Yes, I’m going with custom ops.
If you go from having a composite op (is made of other ops) to a non-composite op (a custom kernel), then yes you need to add implementation for the different components to tell them how it works. Specifically, for compile → fake impl, for autograd → backward.
What about in the case where my custom op is just a composition of Aten ops? How can I use to CompositeImplicitAutograd to tell the various torch components how my custom op works? In your example the “meta implementation” does not actually produce the correct values, just the correct shapes. I have a situation where I’m really just registering a custom op which is semantically identical to a fusion of torch native ops. (my understanding is that this is the best way / most supported way to register a device-specific fusion, please lmk if I’m using the wrong APIs.)
When I initially register a function to CompositeImplicitAutograd everything works great. I can use inference mode and autograd on all devices.
Then when I add a device specific registration through the C++ api, the inference mode still works, but backwards for that device produces an error, “autograd kernel was not registered” warning.
The nearest solution I have found is to add re-dispatching to the CompositeImplicitAutograd in the C++ registration. something like this.
void autograd_to_composite(
const c10::OperatorHandle& op,
torch::jit::Stack* stack) {
op.callBoxedForDispatchKey(c10::DispatchKey::CompositeImplicitAutograd, *stack);
}
TORCH_LIBRARY_IMPL(..., AutogradDEVICE, m) {
m.impl(
"forward_op",
torch::CppFunction::makeFromBoxedFunction<&autograd_to_composite>());
}
But it’s a little over zealous / conservative.
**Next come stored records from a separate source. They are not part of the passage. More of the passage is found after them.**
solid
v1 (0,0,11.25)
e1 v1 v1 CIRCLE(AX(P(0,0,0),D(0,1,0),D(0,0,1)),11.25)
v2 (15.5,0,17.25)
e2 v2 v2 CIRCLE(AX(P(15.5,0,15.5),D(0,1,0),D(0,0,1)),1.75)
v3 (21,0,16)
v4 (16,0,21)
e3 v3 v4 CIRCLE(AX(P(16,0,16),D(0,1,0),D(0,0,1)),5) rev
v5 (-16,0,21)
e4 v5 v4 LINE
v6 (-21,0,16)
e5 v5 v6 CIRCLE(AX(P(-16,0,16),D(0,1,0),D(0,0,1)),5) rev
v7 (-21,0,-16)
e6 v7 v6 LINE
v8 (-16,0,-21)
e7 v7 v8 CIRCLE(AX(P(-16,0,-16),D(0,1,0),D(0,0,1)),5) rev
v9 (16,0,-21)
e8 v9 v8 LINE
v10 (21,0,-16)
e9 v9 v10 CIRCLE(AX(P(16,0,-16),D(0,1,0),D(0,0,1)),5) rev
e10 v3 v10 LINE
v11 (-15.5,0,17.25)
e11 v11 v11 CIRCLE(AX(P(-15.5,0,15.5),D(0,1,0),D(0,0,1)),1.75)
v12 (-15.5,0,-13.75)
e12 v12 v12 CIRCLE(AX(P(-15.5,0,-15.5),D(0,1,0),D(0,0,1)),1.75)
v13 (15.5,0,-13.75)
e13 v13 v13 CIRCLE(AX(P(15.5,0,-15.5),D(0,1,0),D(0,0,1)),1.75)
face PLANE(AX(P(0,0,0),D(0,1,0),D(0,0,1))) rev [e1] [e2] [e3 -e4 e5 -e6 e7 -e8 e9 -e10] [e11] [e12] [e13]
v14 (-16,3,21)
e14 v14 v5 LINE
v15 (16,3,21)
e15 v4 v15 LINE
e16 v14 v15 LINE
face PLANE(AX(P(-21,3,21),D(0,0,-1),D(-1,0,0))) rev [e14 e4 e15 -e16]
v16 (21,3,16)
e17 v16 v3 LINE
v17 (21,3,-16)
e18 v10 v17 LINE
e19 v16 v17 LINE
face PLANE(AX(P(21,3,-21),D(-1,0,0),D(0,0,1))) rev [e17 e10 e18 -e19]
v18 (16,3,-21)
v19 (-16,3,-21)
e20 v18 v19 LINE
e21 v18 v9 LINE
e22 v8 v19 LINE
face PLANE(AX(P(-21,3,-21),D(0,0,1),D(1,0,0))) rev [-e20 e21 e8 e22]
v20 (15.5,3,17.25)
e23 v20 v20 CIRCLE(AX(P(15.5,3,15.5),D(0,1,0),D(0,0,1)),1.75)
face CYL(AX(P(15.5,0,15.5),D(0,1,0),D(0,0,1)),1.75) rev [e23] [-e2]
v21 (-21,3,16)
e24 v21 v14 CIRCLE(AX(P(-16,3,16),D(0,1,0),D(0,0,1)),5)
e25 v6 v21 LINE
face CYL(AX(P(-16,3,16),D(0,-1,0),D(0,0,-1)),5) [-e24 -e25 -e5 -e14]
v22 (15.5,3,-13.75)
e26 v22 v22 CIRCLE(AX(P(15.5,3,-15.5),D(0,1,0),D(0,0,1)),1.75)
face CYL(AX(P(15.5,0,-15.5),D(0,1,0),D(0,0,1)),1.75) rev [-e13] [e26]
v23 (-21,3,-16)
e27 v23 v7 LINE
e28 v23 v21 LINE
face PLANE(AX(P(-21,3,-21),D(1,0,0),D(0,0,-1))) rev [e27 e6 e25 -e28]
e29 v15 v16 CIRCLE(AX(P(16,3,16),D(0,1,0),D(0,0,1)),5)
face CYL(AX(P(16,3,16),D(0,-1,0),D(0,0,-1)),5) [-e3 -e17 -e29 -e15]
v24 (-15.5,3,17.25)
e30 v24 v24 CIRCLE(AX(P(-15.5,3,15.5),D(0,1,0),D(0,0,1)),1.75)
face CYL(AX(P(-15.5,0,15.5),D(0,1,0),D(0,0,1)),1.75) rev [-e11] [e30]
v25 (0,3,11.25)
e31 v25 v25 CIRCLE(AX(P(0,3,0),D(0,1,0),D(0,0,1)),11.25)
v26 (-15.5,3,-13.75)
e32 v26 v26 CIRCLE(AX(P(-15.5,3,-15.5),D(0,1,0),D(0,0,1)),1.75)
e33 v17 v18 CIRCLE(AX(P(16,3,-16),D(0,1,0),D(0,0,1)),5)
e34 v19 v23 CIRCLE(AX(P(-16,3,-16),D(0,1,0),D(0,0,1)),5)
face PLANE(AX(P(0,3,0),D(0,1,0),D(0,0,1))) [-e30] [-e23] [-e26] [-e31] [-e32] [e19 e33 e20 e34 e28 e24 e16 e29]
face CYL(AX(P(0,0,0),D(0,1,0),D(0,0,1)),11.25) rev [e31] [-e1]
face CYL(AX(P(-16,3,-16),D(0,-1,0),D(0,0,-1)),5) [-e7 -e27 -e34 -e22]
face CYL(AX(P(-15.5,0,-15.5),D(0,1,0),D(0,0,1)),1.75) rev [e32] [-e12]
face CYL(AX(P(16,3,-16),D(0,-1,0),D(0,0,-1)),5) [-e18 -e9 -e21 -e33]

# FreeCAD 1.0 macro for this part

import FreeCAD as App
import Part
import Sketcher
Q = App.Units.Quantity


def edges_at(feature, points):
    """Names of the edges that pass closest to the given points."""
    edges = feature.Shape.Edges
    near = lambda p: min(range(len(edges)), key=lambda i: edges[i].distToShape(Part.Vertex(*p))[0])
    return sorted({f"Edge{near(p) + 1}" for p in points})


def add_polygon(sketch, points):
    """Adds a closed chain of lines whose ends are joined by coincident constraints."""
    first, n = sketch.GeometryCount, len(points)
    for a, b in zip(points, points[1:] + points[:1]):
        sketch.addGeometry(Part.LineSegment(App.Vector(*a, 0), App.Vector(*b, 0)), False)
    for i in range(n):
        sketch.addConstraint(Sketcher.Constraint("Coincident", first + i, 2, first + (i + 1) % n, 1))

doc = App.newDocument("Part")
body = doc.addObject("PartDesign::Body", "Body")

sketch1 = body.newObject("Sketcher::SketchObject", "Sketch")
sketch1.AttachmentSupport = (doc.getObject("XZ_Plane"), [""])
sketch1.MapMode = "FlatFace"
add_polygon(sketch1, [(-21, -21), (-21, 21), (21, 21), (21, -21)])
sketch1.addConstraint([
    Sketcher.Constraint("Vertical", 0),
    Sketcher.Constraint("Horizontal", 1),
    Sketcher.Constraint("Vertical", 2),
    Sketcher.Constraint("Horizontal", 3),
    Sketcher.Constraint("Symmetric", 0, 2, 2, 2, -1, 1),
    Sketcher.Constraint("Equal", 3, 0),
    Sketcher.Constraint("DistanceX", 1, 1, 1, 2, Q("42 mm")),
])
pad1 = body.newObject("PartDesign::Pad", "Pad")
pad1.Profile = sketch1
pad1.Length = 3
pad1.Reversed = True

sketch2 = body.newObject("Sketcher::SketchObject", "Sketch001")
sketch2.AttachmentSupport = (doc.getObject("XZ_Plane"), [""])
sketch2.MapMode = "FlatFace"
sketch2.AttachmentOffset = App.Placement(App.Vector(0, 0, -3), App.Rotation())
sketch2.addGeometry([
    Part.Circle(App.Vector(-15.5, -15.5, 0), App.Vector(0, 0, 1), 1.75),
    Part.Circle(App.Vector(15.5, -15.5, 0), App.Vector(0, 0, 1), 1.75),
    Part.Circle(App.Vector(15.5, 15.5, 0), App.Vector(0, 0, 1), 1.75),
    Part.Circle(App.Vector(-15.5, 15.5, 0), App.Vector(0, 0, 1), 1.75),
    Part.Circle(App.Vector(0, 0, 0), App.Vector(0, 0, 1), 11.25),
], False)
sketch2.addConstraint([
    Sketcher.Constraint("Coincident", 4, 3, -1, 1),
    Sketcher.Constraint("Equal", 0, 1),
    Sketcher.Constraint("Equal", 1, 2),
    Sketcher.Constraint("Equal", 2, 3),
    Sketcher.Constraint("Symmetric", 0, 3, 2, 3, -1, 1),
    Sketcher.Constraint("Symmetric", 1, 3, 3, 3, -1, 1),
    Sketcher.Constraint("Symmetric", 0, 3, 1, 3, -2),
    Sketcher.Constraint("Diameter", 0, Q("3.5 mm")),
    Sketcher.Constraint("Diameter", 4, Q("22.5 mm")),
    Sketcher.Constraint("DistanceX", 0, 3, 1, 3, Q("31 mm")),
    Sketcher.Constraint("DistanceY", 1, 3, 2, 3, Q("31 mm")),
])
pocket1 = body.newObject("PartDesign::Pocket", "Pocket")
pocket1.Profile = sketch2
pocket1.Type = "ThroughAll"
pocket1.Reversed = True
doc.recompute()

fillet = body.newObject("PartDesign::Fillet", "Fillet")
fillet.Base = (pocket1, edges_at(pocket1, [
    (21, 1.5, 21),
    (-21, 1.5, 21),
    (-21, 1.5, -21),
    (21, 1.5, -21),
]))
fillet.Radius = 5

doc.recompute()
It runs the CompositeImplicitAutograd implementation in forward always on the device (even though there’s a fast fused impl available). There’s an old article about figuring out which intermediate tensors to preserve in a autograd graph.
It seems in this situation, “having a fast implementation of a fusion of aten operations” is equivalent to “storing none of the intermediate nodes and instead recalculating all of them during the backwards, [and replacing the forward op pattern with the fast fusion impl]”.
It would be really nice if there was some way I could get pytorch autograd to work in this way. (I could add a Tag to my custom operator to assert, “Yes, you can derive device specific autograd from my CIA + forwards. I understand I’m asking for magic / my CIA is accurate / the definition of the op behavior”)
The benefit would be that I would not have to duplicate generic autograd logic in each the C++ registrations for each device backend. (because doing so is verbose and error prone, essentially redefining what is asserted by registering the CompositeImplicitAutograd function).
Please let me know your thoughts on this, it’s okay if the answer is “that’s not a supported workflow” or w/e I’ve just been struggling with it for a while.